File size: 3,851 Bytes

d8d7791

---
license: apache-2.0
base_model: Qwen/Qwen3-Embedding-0.6B
library_name: sentence-transformers
tags:
- sentence-transformers
- feature-extraction
- sentence-similarity
- formbench
- patent-retrieval
- chemistry
- formulations
- materials-science
language:
- en
pipeline_tag: sentence-similarity
---

# qwen3-embed-formbench-mnrl

A domain-adapted sentence-transformers model derived from
[`Qwen/Qwen3-Embedding-0.6B`](https://huggingface.co/Qwen/Qwen3-Embedding-0.6B) and fine-tuned on the **FormBench**
retrieval benchmark for formulation chemistry. It maps passages from formulation patents
into a 1024-dimensional dense vector space and is optimised for within-domain
retrieval among structurally similar near-miss passages — the central capability targeted
by FormBench.

This repository hosts an anonymised release for NeurIPS 2026 double-blind review.

## Model details

| Item | Value |
|---|---|
| Base model | `Qwen/Qwen3-Embedding-0.6B` (600M params) |
| Training method | Task-adaptive pre-training (TAPT) via contrastive fine-tuning |
| Loss | `MultipleNegativesRankingLoss` (in-batch negatives) |
| Training data | FormBench-Triplets — 44,413 (query, anchor, hard-negative) tuples |
| Embedding dimension | 1024 |
| Max sequence length | 8192 (training: 2048) |
| Precision | bf16 |
| Learning rate | 1e-5 |
| Per-GPU batch size | 32 |
| Epochs | 5 |
| Hardware | 8× AMD MI250X, DDP |

The training-triplet set is reconstructable from the qrel files in
[`Formbench-anon/FormBench`](https://huggingface.co/datasets/Formbench-anon/FormBench)
following the protocol in §3 of the paper.

## Evaluation results

Evaluated on the FormBench test split (n = 5,459 queries) under both corpus variants,
following the protocol in §4 of the paper. FAISS exact inner-product search at top-k = 100.

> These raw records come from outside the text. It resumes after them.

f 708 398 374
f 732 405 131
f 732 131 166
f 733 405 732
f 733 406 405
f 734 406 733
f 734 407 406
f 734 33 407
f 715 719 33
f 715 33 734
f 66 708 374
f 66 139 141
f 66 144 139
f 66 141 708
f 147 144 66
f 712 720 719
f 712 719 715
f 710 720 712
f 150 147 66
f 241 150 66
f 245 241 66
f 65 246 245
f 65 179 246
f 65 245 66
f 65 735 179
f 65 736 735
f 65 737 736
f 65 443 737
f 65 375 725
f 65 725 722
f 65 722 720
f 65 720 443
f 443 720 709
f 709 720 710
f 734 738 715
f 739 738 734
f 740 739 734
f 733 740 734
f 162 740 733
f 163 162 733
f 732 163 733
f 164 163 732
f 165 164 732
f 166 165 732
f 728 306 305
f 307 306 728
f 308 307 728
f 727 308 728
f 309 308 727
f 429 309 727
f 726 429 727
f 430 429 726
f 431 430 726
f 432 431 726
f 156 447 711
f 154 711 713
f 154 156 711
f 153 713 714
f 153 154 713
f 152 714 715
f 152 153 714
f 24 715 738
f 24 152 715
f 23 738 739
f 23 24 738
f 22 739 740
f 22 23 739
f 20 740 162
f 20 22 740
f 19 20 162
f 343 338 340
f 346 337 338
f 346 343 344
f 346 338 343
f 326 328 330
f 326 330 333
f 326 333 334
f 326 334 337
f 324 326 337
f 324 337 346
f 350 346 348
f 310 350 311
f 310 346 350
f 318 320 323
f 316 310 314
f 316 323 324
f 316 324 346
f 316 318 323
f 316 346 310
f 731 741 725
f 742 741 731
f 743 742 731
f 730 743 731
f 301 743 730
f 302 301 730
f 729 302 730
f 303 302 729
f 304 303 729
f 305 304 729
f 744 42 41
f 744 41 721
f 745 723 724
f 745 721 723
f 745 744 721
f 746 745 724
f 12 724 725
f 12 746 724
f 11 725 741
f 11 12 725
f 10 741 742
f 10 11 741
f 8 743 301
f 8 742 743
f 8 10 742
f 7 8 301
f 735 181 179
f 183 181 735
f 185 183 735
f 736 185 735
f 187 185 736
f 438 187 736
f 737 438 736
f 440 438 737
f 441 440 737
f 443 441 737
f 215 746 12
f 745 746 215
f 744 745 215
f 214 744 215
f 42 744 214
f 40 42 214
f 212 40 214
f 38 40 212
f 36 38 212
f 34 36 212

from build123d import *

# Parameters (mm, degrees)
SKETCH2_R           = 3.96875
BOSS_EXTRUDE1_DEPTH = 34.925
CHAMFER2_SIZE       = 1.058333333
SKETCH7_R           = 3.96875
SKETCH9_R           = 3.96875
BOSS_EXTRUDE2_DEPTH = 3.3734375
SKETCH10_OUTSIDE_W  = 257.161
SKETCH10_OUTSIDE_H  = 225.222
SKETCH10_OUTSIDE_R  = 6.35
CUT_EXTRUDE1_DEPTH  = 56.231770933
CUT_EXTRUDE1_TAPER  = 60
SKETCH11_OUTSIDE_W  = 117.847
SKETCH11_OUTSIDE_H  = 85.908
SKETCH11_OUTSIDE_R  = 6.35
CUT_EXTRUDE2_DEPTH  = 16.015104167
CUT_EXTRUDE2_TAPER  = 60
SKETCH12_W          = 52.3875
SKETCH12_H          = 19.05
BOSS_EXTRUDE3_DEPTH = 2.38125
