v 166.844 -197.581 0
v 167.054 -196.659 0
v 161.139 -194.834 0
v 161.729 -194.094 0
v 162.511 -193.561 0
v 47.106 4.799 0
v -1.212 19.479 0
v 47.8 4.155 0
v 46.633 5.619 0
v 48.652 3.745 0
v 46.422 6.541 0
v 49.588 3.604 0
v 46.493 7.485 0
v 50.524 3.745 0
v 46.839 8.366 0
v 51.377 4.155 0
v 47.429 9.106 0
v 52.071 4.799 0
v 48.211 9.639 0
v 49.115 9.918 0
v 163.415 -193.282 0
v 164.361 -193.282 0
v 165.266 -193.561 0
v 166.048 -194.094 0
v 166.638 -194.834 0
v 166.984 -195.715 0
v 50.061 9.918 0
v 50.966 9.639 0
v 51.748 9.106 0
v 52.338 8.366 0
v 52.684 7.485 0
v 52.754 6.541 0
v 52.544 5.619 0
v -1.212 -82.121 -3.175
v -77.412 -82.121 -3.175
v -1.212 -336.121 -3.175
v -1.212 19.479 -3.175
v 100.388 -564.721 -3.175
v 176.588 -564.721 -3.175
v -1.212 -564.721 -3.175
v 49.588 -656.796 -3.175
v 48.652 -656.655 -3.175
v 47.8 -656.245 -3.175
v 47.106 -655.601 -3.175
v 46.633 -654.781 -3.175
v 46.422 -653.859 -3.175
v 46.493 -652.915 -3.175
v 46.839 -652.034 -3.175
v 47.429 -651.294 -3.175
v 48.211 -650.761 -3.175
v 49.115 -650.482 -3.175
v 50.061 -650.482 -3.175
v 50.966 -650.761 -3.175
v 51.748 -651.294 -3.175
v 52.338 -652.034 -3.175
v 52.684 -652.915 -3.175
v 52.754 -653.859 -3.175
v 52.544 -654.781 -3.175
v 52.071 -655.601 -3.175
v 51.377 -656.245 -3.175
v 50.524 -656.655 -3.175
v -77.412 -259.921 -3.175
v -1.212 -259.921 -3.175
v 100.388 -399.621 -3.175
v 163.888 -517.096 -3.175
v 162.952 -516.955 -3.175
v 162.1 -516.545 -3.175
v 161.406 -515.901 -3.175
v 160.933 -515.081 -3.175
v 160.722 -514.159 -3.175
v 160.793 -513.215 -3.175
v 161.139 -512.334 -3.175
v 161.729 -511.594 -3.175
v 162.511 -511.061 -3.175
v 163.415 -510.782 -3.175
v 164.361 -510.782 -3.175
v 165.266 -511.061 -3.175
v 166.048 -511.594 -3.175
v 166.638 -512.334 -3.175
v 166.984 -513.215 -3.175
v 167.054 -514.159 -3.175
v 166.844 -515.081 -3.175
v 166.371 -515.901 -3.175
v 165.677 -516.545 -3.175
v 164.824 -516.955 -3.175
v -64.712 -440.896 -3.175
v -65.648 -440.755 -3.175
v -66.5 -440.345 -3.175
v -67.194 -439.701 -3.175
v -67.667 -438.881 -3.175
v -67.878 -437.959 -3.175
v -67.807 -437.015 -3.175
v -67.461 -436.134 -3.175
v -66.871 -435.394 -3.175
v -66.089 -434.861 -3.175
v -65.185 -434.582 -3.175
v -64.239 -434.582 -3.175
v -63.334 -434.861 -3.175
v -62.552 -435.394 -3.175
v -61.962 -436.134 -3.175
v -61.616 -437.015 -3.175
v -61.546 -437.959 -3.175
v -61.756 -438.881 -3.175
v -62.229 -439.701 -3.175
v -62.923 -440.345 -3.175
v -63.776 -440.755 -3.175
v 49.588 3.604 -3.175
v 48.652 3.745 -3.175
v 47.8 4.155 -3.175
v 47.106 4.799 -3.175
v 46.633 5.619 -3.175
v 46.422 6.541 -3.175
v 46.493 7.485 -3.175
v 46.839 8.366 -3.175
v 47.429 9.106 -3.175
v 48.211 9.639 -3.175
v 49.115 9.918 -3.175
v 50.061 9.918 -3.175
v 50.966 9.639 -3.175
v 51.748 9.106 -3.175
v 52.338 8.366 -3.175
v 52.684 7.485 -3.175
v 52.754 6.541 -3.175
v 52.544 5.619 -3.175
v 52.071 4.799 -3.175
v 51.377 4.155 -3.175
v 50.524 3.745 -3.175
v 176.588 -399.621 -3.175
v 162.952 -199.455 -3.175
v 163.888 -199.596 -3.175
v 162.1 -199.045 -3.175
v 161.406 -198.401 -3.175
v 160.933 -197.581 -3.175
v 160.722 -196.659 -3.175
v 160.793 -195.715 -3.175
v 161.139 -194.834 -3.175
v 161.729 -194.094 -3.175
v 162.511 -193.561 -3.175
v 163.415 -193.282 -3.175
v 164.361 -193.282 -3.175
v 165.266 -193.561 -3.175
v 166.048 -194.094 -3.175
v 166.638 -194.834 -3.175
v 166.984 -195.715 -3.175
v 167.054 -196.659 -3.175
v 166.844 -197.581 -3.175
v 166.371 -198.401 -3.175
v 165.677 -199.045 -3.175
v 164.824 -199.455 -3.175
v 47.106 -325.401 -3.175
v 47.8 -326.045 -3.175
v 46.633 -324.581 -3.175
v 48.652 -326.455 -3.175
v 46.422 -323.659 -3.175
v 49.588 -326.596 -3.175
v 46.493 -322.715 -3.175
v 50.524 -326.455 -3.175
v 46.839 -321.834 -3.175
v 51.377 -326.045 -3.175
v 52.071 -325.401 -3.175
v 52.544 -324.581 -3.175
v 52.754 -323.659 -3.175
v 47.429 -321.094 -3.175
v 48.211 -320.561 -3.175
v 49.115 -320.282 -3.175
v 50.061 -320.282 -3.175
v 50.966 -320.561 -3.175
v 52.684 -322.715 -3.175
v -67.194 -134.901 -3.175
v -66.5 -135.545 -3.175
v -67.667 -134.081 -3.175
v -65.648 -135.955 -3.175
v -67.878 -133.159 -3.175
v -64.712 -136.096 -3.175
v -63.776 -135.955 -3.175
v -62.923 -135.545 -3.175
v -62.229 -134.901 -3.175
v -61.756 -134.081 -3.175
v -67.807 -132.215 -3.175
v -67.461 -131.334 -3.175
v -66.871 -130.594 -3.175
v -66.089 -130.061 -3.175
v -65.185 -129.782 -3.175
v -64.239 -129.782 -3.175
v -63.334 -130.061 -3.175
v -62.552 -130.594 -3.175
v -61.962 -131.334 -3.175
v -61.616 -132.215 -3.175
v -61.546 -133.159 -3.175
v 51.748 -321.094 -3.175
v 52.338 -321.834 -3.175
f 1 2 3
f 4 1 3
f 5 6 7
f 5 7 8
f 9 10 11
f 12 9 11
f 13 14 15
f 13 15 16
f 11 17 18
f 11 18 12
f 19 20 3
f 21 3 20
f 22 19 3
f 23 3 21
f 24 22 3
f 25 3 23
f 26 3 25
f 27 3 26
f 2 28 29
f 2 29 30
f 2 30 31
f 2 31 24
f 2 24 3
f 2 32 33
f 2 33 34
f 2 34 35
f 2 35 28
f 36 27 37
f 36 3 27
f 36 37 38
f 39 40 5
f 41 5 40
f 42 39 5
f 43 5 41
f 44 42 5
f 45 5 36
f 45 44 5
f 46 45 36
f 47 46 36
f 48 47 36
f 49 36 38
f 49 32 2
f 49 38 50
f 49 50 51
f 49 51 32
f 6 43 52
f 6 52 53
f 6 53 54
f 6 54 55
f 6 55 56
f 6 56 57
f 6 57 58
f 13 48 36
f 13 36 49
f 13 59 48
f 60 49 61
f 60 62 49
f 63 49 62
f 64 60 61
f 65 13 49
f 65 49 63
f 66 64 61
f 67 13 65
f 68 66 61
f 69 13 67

### FormBench-Structured (C1) — within-domain near-miss distractors

| Metric | Value |
|---|---:|
| Binary nDCG@10 | **0.4085** |
| MRR (binary qrels) | 0.3613 |
| Graded nDCG@10 | 0.2374 |
| R@100 (binary qrels) | 0.8181 |
| FAISS search latency | 18.8 ms/query |

### FormBench-Random (C0) — random-distractor corpus

| Metric | Value |
|---|---:|
| Binary nDCG@10 | **0.4835** |
| MRR (binary qrels) | 0.4404 |
| Graded nDCG@10 | 0.2835 |
| R@100 (binary qrels) | 0.8525 |
| FAISS search latency | 18.8 ms/query |

For reference: BM25 lexical baseline: binary nDCG@10 = 0.3751 (C1), 0.4665 (C0).

## Usage

```python
from sentence_transformers import SentenceTransformer

model = SentenceTransformer("Formbench-anon/qwen3-embed-formbench-mnrl")

passages = [
    "An adhesive composition comprising a styrene-acrylate copolymer ...",
    "A water-based latex paint formulation containing ...",
]
queries = [
    "what wax-seeded latex polymers improve scuff resistance in architectural coatings?",
]

passage_embeds = model.encode(passages, normalize_embeddings=True)
query_embeds   = model.encode(queries,  normalize_embeddings=True)
```

## Intended use

Domain-specific retrieval over formulation patents — adhesives, coatings, lubricants,
pharmaceuticals, agrochemicals, personal care, food. Particularly suited to
within-domain near-miss discrimination, where general-purpose embedders have been shown
to fail.

## Limitations

- Training queries are LLM-generated (Sonnet 4 + Haiku 4.5 quality filter) and may not
  match real practitioner intent.
- Coverage limited to USPTO utility patents (1995–2022) in English only.
- Performance on out-of-domain retrieval is not characterised.

## Citation

```bibtex
@misc{formbench2026,
  title  = { {FormBench}: Evaluating Chemical Knowledge Retrieval in Formulation Patents },
  author = { Anonymous Authors },
  year   = { 2026 },
  note   = { Under double-blind review at NeurIPS 2026 Datasets \& Benchmarks Track }
}
```

## License

Apache 2.0, inherited from the base model.